▸ **Required action**: In the listing below, print exactly the lines between the line holding "f 279 277 278" and the line holding "f 199 75 74", inclusive, and no more.

▸ **Information supplied**:
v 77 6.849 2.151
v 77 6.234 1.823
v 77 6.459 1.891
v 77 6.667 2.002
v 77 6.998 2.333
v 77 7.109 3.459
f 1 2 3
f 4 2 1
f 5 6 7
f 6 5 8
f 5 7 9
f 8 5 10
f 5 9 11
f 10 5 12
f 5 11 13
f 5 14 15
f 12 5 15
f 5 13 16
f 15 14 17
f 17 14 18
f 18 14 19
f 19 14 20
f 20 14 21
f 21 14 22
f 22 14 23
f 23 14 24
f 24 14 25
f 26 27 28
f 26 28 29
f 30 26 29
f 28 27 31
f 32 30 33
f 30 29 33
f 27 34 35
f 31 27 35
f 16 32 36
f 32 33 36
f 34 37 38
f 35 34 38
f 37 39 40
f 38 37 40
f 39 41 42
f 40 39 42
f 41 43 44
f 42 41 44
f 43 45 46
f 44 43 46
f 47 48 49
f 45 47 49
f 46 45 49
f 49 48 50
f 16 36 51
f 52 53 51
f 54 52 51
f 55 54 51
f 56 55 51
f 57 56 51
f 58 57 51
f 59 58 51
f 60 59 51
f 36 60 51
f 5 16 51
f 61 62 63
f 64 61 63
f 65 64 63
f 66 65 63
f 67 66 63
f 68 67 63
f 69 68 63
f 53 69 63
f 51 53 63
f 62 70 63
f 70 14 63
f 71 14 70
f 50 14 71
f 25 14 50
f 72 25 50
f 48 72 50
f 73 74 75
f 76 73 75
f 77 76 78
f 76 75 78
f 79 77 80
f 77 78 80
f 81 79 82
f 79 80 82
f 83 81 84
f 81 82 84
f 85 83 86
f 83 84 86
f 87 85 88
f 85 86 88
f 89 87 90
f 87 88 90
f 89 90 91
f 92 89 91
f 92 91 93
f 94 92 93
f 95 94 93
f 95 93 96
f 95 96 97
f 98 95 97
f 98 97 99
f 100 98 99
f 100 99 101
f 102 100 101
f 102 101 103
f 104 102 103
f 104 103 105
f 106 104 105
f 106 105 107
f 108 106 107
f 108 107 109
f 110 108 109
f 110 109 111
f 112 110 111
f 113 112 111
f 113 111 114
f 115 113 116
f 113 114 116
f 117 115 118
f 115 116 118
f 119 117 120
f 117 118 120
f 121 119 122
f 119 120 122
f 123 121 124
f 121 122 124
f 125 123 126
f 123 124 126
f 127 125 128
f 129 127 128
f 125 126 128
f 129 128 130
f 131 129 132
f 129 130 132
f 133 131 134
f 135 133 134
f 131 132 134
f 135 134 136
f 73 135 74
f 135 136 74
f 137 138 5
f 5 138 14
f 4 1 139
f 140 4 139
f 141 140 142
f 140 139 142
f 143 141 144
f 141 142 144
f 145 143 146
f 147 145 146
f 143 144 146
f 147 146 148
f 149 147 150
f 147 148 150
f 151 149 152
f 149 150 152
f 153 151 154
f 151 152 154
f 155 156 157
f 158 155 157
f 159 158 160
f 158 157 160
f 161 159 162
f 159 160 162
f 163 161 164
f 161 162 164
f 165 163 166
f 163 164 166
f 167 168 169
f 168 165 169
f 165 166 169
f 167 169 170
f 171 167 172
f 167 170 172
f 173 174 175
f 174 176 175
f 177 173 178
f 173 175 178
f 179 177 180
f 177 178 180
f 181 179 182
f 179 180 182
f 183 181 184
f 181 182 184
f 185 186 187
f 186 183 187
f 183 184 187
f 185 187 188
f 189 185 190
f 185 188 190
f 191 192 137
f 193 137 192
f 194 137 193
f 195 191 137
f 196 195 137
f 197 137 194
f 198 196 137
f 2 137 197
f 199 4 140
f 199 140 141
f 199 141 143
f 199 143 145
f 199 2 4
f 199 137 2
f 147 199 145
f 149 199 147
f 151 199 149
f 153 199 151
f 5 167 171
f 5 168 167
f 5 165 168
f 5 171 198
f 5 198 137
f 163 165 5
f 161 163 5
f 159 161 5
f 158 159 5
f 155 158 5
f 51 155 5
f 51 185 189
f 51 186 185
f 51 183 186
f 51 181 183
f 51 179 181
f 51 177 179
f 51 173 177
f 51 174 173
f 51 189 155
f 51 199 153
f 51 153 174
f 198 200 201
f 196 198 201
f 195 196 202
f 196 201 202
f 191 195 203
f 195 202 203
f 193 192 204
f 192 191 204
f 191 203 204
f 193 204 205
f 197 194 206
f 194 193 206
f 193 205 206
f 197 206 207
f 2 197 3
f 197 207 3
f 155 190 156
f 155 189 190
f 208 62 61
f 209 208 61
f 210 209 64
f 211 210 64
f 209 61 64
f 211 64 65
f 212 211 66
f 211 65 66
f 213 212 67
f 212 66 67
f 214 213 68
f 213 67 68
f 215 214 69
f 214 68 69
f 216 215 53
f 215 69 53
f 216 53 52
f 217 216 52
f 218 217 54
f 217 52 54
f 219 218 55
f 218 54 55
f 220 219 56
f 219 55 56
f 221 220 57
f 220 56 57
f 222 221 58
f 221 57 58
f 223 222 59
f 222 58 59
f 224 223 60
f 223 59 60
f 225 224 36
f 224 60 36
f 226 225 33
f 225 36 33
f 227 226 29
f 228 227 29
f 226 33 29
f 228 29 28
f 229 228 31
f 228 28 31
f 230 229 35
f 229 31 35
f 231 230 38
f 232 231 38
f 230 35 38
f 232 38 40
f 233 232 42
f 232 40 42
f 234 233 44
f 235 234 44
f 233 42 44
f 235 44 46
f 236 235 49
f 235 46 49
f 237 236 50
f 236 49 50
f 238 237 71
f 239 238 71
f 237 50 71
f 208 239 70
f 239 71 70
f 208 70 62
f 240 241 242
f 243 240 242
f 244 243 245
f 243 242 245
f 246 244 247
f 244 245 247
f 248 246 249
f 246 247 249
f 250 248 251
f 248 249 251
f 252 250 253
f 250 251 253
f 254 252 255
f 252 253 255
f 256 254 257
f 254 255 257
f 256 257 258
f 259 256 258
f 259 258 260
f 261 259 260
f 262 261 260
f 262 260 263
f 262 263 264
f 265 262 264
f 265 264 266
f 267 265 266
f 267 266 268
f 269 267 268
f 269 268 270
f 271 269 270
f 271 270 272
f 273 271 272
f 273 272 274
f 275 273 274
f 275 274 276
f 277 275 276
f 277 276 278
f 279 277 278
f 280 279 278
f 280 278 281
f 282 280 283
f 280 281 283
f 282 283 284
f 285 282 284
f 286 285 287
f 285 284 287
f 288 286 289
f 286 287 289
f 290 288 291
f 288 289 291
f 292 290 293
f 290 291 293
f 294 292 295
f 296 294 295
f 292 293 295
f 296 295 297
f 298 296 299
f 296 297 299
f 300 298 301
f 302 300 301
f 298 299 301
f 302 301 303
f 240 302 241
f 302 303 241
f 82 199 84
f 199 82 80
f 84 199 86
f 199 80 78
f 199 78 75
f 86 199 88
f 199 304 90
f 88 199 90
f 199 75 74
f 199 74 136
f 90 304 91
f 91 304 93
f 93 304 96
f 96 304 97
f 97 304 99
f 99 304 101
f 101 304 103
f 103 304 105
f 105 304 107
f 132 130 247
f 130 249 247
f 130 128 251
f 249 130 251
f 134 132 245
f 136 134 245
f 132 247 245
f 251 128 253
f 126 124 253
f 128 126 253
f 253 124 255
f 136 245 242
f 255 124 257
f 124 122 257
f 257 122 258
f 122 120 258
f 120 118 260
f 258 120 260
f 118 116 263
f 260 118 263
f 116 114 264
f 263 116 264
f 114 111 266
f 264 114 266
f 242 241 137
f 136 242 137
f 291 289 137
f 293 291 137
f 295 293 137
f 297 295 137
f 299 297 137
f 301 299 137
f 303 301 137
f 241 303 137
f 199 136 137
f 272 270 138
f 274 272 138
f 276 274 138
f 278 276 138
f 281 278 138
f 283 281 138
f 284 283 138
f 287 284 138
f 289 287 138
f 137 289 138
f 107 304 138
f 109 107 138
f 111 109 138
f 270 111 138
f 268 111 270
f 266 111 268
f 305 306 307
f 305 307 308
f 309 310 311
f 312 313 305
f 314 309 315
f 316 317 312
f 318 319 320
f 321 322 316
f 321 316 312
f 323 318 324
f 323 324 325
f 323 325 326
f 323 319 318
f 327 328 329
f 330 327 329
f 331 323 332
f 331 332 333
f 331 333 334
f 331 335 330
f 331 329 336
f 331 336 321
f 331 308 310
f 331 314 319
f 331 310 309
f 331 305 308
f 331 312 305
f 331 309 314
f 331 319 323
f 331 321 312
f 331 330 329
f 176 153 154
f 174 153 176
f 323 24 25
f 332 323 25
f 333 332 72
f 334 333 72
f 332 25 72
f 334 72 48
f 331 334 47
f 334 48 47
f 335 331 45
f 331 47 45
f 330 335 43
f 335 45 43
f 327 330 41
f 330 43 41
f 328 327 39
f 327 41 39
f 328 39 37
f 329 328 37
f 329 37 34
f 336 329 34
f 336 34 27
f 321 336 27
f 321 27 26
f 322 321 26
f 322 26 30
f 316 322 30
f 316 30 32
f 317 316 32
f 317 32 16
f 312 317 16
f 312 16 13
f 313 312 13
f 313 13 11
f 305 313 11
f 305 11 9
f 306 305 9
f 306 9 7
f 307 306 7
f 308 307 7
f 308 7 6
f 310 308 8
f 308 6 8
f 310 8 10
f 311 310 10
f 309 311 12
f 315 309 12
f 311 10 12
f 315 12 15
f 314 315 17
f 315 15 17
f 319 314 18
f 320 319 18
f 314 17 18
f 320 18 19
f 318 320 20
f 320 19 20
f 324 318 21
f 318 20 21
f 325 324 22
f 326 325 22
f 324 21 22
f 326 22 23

▸ **Output of the exercise**:
f 279 277 278
f 280 279 278
f 280 278 281
f 282 280 283
f 280 281 283
f 282 283 284
f 285 282 284
f 286 285 287
f 285 284 287
f 288 286 289
f 286 287 289
f 290 288 291
f 288 289 291
f 292 290 293
f 290 291 293
f 294 292 295
f 296 294 295
f 292 293 295
f 296 295 297
f 298 296 299
f 296 297 299
f 300 298 301
f 302 300 301
f 298 299 301
f 302 301 303
f 240 302 241
f 302 303 241
f 82 199 84
f 199 82 80
f 84 199 86
f 199 80 78
f 199 78 75
f 86 199 88
f 199 304 90
f 88 199 90
f 199 75 74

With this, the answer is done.